Por conta dessas reflexões, procura ajudar os amigos que passam pela jornada oncológica a
encarar de uma forma mais leve. “Alguns recebem diagnóstico de câncer, nem é de testículo, e
vêm falar comigo para eu ajudá-los a acalmar. Eu falo: ‘relaxa, vive um dia de cada vez e vê o
que dá pra fazer. Ouve o médico. Não sofre por antecipação. Tira esse tabu da sua cabeça e
vive’. Acho que o melhor é entender a doença e não exagerar, não deixar maior do que é”.
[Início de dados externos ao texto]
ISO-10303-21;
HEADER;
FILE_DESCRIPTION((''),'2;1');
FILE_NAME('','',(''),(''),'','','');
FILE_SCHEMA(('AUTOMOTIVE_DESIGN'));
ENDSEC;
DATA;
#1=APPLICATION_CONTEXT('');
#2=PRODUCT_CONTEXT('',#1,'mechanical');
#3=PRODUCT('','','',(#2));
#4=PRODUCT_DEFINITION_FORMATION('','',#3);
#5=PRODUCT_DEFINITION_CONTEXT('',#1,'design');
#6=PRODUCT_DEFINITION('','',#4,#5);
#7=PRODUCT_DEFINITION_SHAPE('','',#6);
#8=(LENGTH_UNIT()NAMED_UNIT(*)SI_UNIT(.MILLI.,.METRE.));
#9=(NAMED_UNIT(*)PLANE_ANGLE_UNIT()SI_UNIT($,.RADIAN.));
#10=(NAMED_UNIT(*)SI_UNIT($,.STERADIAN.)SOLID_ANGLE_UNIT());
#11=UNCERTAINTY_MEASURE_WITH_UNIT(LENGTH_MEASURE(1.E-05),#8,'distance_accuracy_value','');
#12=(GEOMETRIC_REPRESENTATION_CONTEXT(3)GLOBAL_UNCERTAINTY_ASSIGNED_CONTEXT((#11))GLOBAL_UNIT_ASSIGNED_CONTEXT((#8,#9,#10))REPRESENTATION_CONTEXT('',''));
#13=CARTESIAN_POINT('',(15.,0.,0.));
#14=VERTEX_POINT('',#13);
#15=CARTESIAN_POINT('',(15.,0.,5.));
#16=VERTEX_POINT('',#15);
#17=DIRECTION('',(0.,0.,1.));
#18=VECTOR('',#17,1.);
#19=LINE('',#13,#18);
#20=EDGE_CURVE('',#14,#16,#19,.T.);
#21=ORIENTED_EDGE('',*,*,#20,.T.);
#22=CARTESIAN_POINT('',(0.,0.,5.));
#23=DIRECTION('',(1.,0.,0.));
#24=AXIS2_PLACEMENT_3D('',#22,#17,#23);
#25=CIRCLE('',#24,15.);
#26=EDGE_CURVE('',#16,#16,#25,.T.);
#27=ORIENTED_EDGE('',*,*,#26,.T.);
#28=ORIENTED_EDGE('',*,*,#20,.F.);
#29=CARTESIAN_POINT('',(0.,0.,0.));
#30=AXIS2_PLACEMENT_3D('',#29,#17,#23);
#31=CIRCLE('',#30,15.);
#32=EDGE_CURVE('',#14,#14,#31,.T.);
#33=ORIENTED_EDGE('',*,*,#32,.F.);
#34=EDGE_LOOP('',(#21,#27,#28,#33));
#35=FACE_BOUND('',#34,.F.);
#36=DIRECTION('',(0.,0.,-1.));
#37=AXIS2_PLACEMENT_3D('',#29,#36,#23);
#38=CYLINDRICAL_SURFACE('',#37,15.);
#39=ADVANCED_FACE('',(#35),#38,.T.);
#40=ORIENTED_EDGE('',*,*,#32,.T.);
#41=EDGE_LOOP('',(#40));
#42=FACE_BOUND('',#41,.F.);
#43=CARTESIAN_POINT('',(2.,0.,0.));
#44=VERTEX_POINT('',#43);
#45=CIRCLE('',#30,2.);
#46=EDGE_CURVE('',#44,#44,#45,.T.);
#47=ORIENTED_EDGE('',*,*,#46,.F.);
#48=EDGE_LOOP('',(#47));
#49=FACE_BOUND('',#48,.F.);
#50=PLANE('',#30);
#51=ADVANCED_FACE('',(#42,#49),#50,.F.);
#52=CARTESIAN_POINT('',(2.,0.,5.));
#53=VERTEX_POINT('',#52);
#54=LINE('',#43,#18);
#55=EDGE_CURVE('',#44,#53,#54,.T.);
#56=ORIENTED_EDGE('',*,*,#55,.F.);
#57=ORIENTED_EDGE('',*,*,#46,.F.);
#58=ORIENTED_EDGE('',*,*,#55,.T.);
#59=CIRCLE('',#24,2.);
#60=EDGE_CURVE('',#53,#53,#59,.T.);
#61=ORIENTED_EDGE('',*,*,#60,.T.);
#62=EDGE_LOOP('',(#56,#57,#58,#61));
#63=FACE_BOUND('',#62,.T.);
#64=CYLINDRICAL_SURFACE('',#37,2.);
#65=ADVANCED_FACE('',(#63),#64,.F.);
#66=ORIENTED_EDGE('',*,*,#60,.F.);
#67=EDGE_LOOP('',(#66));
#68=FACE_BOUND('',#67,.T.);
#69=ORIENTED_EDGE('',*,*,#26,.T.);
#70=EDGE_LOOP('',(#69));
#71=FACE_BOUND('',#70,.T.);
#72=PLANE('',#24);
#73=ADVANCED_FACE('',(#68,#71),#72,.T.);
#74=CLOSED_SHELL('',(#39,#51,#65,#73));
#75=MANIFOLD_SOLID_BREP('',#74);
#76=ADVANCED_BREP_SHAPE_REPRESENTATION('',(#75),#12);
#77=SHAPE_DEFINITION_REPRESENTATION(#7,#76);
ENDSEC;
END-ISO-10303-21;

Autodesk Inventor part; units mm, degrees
ref_plane "YZ Plane" through (0, 0, 0) normal (1, 0, 0) x (0, 1, 0)
ref_plane "XZ Plane" through (0, 0, 0) normal (0, 1, 0) x (-1, 0, 0)
ref_plane "XY Plane" through (0, 0, 0) normal (0, 0, 1) x (1, 0, 0)
sketch "Sketch1" plane through (0, 0, 0) normal (0, 0, 1) x (1, 0, 0)
  circle A0 centre (0, 0) radius 15
  circle A1 centre (0, 0) radius 2
  dimension "d4" = 30
  dimension "d5" = 4
extrude "Extrusion1" add sketch "Sketch1" along normal blind 5
properties part number "bold holder"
Ele também aconselha os homens a compreenderem que em algumas situações não é legal
fazer brincadeiras. “Quando um homem tira o testículo, tem uns caras que gostam de ficar
chamando de monobola, essas piadas de tiozão do pavê dos anos 70, do tipo ‘é pavê ou
pacomê?’. Mas precisam saber que não é legal falar para alguém que acabou de receber o
diagnóstico – muitos homens não vão fazer a cirurgia já pensando no bullying que vão sofrer”,
destaca. “Quer fazer a brincadeira? Dá um tempo. Não faz esse tipo de comentário quando a
pessoa descobre a doença nem logo depois que ela tira o testículo. É uma recuperação chata,
você fica um mês andando meio curvado, está sensível, digerindo tudo. Você tirou uma parte
que estava doente, podia espalhar, te matar”.

O paciente procura, ainda, incentivar a prevenção. “Eu estou com 40 anos, vou fazer exame de
toque. Tenho amigos da minha idade que falam que preferem morrer, porque tem esse
estigma”, comenta. Ele argumenta que é uma besteira pensar isso diante da vantagem de
diagnosticar um câncer precocemente. “O pessoal é muito ‘machão’. Eu falo: ‘cara, vai e faz o
exame’”.
Diego Menasse considera que o impacto mais positivo da experiência é poder compartilhar
com humor. Por conta das histórias em seus shows, já foi convidado a dar palestra a pacientes.
“É bom poder transformar isso em piada e fazer uma galera dar risada. Eu consegui”.